# Colorful Vegetable Fajitas



## Filus59602 (Jul 12, 2002)

Colorful Vegetable Fajitas 
AllRecipes.com & Betty Crocker 

Submitted by: Jessie 

Prep Time: 20 Minutes 
Cook Time: 10 Minutes 
Ready In: 30 Minutes 
Makes 4 servings 

These tortillas are a favorite weekday meal of mine. You may add jalapeno peppers or super hot salsa in this recipe if you like your food fiery hot. 

Ingredients 
8 (8 inch) flour tortillas 
2 tablespoons vegetable oil 
1 red onion, thinly sliced 
1 green bell pepper, sliced 
1 julienned red bell pepper 
1 teaspoon minced garlic 
1 yellow squash, halved and sliced into strips 
1/2 cup salsa 
1 teaspoon ground cumin 
1/2 teaspoon salt 
1 cup shredded Monterey Jack cheese 
1/4 cup chopped fresh cilantro 

1. Wrap tortillas in aluminum foil, and place in oven. Turn heat to 350 degrees F (175 degrees C). Bake for 15 minutes, or until thoroughly heated. 

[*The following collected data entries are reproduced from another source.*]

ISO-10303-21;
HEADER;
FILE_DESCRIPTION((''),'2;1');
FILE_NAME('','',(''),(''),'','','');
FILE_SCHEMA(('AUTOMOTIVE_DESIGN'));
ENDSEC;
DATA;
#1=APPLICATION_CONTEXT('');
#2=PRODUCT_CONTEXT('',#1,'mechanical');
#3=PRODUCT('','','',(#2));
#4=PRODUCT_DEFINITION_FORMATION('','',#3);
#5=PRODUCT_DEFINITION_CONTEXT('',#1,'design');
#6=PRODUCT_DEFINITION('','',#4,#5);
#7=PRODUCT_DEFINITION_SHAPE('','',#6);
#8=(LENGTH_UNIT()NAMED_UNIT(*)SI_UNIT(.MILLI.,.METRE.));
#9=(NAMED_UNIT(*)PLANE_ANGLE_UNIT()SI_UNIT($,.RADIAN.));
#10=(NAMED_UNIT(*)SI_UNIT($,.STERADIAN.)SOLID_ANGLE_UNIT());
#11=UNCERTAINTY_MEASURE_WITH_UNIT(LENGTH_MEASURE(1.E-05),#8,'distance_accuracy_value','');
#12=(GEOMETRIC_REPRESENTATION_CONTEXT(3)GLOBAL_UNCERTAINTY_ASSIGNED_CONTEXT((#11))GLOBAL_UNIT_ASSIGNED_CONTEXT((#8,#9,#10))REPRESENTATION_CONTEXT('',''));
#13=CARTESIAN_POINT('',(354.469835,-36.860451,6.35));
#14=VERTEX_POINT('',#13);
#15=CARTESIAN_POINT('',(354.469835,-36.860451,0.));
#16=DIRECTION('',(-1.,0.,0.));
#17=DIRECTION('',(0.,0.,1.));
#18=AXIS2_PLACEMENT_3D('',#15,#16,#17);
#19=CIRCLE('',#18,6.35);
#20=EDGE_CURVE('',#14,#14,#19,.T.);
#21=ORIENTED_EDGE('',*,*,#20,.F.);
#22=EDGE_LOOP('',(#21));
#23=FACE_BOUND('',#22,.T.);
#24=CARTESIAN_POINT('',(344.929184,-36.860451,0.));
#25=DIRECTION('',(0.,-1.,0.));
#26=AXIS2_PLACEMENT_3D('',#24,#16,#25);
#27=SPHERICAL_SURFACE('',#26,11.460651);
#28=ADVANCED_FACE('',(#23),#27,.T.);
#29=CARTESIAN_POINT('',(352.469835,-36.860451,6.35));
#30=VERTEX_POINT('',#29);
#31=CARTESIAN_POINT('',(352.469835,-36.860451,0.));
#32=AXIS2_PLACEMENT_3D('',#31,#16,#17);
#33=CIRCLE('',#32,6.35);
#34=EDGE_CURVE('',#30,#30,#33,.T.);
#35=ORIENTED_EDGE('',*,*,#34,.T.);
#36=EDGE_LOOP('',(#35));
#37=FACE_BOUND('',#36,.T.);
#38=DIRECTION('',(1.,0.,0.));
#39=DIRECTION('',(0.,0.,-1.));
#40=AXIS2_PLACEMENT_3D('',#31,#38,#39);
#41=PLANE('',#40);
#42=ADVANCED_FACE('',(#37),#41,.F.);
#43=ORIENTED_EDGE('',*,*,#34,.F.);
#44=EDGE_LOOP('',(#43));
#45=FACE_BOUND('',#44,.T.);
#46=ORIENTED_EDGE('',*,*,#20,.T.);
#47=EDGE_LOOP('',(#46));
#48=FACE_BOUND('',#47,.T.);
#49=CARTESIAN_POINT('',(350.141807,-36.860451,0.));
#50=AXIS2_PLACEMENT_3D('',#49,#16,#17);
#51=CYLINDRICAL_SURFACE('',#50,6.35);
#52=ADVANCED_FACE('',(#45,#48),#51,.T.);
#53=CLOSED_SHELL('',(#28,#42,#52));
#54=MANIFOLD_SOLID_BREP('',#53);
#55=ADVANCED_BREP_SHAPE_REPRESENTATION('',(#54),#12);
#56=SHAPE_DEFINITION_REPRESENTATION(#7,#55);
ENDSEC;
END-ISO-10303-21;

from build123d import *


with BuildPart() as part:
    # 草图1 → 旋转1 (revolve)
    with BuildSketch(Plane.XY, mode=Mode.PRIVATE) as revolve_1_sk:
        with BuildLine():
            Line((352.469835081, -36.860451207), (352.469835081, -30.510451207))
            Line((352.469835081, -30.510451207), (354.469835081, -30.510451207))
            ThreePointArc((354.469835081, -30.510451207), (355.899338883, -33.543491002), (356.389835081, -36.860451207))
            Line((356.389835081, -36.860451207), (352.469835081, -36.860451207))
        make_face()
    revolve(revolve_1_sk.sketch.rotate(Axis((350.141806591, -36.860451207, 0), (1, 0, 0)), 180), axis=Axis((350.141806591, -36.860451207, 0), (1, 0, 0)))  # turned: the seam where the file's is


solid = part.part
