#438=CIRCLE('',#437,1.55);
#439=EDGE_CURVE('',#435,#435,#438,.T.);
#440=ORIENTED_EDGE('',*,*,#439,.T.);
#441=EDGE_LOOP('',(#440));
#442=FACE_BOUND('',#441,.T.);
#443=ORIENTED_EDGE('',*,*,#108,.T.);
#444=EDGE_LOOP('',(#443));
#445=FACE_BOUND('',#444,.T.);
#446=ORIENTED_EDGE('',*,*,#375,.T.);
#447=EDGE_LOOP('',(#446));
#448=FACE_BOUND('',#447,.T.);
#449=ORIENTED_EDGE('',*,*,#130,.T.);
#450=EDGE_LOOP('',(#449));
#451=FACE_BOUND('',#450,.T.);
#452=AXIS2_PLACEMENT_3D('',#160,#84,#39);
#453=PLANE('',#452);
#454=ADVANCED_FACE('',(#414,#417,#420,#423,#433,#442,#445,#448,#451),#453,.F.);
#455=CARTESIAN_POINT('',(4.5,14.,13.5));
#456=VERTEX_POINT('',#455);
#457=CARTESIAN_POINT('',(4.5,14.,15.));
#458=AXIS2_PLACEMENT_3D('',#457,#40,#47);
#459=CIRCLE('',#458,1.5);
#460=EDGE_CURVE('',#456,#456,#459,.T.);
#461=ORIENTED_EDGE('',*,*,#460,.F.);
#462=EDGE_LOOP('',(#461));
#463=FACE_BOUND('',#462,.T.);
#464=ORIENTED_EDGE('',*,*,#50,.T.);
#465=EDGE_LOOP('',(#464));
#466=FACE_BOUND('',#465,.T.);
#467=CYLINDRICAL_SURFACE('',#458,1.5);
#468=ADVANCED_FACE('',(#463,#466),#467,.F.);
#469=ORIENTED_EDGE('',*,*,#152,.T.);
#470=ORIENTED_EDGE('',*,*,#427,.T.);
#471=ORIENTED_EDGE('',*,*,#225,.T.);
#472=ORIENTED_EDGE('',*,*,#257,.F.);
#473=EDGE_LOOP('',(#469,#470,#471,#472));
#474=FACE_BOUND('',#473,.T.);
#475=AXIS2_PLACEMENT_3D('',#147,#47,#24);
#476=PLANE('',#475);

2. In a 10 inch skillet, heat oil over medium high heat. Add onions, red and green peppers, and garlic; stir to coat with oil. Cover, reduce heat to medium, and cook for 5 minutes. Stir squash into vegetables. Stir in salsa, cumin, and salt. Cover, and cook for 5 minutes. 

3. Spoon vegetable mixture evenly down the centers of warm tortillas, and sprinkle with cheese and cilantro. Roll up tortillas, and serve.


----------